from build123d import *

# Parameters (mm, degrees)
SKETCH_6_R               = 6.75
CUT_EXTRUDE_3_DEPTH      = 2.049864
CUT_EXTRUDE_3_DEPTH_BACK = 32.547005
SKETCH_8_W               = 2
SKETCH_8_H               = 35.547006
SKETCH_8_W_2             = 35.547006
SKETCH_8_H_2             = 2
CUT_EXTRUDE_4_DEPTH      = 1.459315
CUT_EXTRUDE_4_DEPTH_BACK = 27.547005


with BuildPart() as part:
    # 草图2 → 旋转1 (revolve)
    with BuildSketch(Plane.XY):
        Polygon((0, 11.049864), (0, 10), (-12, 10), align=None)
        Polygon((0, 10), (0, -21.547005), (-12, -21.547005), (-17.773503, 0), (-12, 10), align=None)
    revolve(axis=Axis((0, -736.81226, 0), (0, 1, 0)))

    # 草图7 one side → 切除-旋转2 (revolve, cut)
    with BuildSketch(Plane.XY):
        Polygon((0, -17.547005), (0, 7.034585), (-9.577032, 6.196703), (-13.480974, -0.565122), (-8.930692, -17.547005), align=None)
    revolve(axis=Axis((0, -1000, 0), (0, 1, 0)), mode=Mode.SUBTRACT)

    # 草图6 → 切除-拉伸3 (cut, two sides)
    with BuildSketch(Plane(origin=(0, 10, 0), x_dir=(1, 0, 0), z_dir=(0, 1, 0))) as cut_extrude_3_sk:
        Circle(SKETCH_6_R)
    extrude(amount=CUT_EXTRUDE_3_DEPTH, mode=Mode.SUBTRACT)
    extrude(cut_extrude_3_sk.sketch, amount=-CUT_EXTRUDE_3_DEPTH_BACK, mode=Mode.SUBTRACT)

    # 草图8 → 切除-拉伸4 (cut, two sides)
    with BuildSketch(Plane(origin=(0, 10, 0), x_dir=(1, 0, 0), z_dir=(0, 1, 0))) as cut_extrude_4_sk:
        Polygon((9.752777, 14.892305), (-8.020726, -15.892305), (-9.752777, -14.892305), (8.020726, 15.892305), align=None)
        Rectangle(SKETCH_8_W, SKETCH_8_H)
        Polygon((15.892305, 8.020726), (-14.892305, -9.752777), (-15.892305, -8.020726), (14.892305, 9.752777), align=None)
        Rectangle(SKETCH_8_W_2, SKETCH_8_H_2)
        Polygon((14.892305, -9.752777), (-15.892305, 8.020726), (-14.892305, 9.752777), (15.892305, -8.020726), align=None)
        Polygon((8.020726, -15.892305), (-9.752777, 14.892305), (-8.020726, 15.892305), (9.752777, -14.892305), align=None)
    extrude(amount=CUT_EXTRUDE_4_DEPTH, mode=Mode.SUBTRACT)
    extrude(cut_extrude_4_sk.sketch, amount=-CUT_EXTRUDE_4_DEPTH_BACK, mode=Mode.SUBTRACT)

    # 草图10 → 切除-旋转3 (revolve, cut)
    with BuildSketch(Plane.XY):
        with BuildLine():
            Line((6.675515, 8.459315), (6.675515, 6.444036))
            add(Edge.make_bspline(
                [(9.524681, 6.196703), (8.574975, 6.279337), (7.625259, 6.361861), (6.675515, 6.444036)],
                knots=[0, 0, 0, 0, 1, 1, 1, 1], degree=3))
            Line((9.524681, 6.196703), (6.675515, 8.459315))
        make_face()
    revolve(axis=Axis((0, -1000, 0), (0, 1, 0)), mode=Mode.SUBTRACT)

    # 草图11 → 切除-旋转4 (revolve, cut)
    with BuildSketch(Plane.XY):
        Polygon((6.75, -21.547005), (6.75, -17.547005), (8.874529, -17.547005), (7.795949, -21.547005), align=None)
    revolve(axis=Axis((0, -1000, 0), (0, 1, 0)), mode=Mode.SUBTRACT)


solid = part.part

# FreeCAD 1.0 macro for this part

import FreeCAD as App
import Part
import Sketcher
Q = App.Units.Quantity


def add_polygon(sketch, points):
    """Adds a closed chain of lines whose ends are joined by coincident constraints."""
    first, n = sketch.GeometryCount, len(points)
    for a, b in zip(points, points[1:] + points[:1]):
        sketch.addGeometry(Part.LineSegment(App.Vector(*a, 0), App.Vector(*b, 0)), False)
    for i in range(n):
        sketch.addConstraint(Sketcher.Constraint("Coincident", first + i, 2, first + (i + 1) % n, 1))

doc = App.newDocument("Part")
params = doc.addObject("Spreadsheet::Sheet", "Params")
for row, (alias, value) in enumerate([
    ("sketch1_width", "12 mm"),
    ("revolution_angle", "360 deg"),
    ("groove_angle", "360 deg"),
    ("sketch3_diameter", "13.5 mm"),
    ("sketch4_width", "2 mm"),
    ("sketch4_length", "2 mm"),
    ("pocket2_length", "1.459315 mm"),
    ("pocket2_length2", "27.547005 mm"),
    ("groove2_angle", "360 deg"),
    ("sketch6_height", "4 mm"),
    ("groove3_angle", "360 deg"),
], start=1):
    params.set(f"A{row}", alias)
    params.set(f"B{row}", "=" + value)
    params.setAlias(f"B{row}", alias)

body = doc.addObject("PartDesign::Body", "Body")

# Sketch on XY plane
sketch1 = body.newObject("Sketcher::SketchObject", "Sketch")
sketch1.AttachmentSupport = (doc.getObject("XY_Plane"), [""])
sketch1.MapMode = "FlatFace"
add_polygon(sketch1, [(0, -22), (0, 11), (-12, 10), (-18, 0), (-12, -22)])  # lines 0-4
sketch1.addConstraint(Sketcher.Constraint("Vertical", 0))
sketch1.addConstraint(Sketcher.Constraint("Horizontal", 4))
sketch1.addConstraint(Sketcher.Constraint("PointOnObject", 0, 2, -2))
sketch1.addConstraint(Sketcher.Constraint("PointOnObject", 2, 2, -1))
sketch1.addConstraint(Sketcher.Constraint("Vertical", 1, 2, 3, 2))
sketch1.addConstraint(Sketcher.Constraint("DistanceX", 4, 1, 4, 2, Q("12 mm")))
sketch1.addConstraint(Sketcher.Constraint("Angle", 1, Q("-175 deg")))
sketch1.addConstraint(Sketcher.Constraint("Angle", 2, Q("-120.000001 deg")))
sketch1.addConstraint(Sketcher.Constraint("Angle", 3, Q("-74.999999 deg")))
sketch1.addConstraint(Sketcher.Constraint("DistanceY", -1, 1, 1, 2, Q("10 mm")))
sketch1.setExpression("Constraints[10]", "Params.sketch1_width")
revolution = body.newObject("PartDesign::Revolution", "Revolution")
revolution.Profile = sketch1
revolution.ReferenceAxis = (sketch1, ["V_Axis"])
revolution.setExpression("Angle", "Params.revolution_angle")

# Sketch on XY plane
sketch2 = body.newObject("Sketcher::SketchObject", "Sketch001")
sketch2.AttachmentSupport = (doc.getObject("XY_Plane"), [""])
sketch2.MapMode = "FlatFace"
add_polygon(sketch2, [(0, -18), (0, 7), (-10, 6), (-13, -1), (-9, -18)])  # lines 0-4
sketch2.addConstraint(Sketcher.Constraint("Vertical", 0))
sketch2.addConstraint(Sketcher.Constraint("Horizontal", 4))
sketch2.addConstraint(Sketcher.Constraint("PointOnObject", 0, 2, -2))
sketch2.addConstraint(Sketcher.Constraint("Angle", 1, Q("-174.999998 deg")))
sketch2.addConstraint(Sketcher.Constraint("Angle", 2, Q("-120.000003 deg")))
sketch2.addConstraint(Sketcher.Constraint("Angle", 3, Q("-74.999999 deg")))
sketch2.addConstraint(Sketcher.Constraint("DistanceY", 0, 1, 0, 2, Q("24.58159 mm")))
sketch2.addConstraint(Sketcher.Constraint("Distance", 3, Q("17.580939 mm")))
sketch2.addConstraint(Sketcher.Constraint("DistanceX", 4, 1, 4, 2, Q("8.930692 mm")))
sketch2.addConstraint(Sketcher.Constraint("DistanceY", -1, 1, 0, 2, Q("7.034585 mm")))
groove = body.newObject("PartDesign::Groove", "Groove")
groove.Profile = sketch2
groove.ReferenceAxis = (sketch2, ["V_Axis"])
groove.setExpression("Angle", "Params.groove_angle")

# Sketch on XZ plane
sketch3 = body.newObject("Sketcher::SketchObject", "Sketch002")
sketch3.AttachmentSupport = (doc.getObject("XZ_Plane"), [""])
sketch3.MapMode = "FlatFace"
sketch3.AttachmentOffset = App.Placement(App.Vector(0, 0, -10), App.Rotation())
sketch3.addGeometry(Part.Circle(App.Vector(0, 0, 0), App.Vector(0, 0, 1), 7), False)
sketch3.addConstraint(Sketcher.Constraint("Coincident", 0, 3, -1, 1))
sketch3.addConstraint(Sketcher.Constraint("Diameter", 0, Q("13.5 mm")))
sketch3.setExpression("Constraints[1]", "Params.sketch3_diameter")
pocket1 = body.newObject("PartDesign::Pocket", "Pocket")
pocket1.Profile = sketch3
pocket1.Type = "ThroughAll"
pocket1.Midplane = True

The task:
Please filter the listing down to lines that include the word "origin".

Response to this exercise:
    with BuildSketch(Plane(origin=(0, 10, 0), x_dir=(1, 0, 0), z_dir=(0, 1, 0))) as cut_extrude_3_sk:
    with BuildSketch(Plane(origin=(0, 10, 0), x_dir=(1, 0, 0), z_dir=(0, 1, 0))) as cut_extrude_4_sk:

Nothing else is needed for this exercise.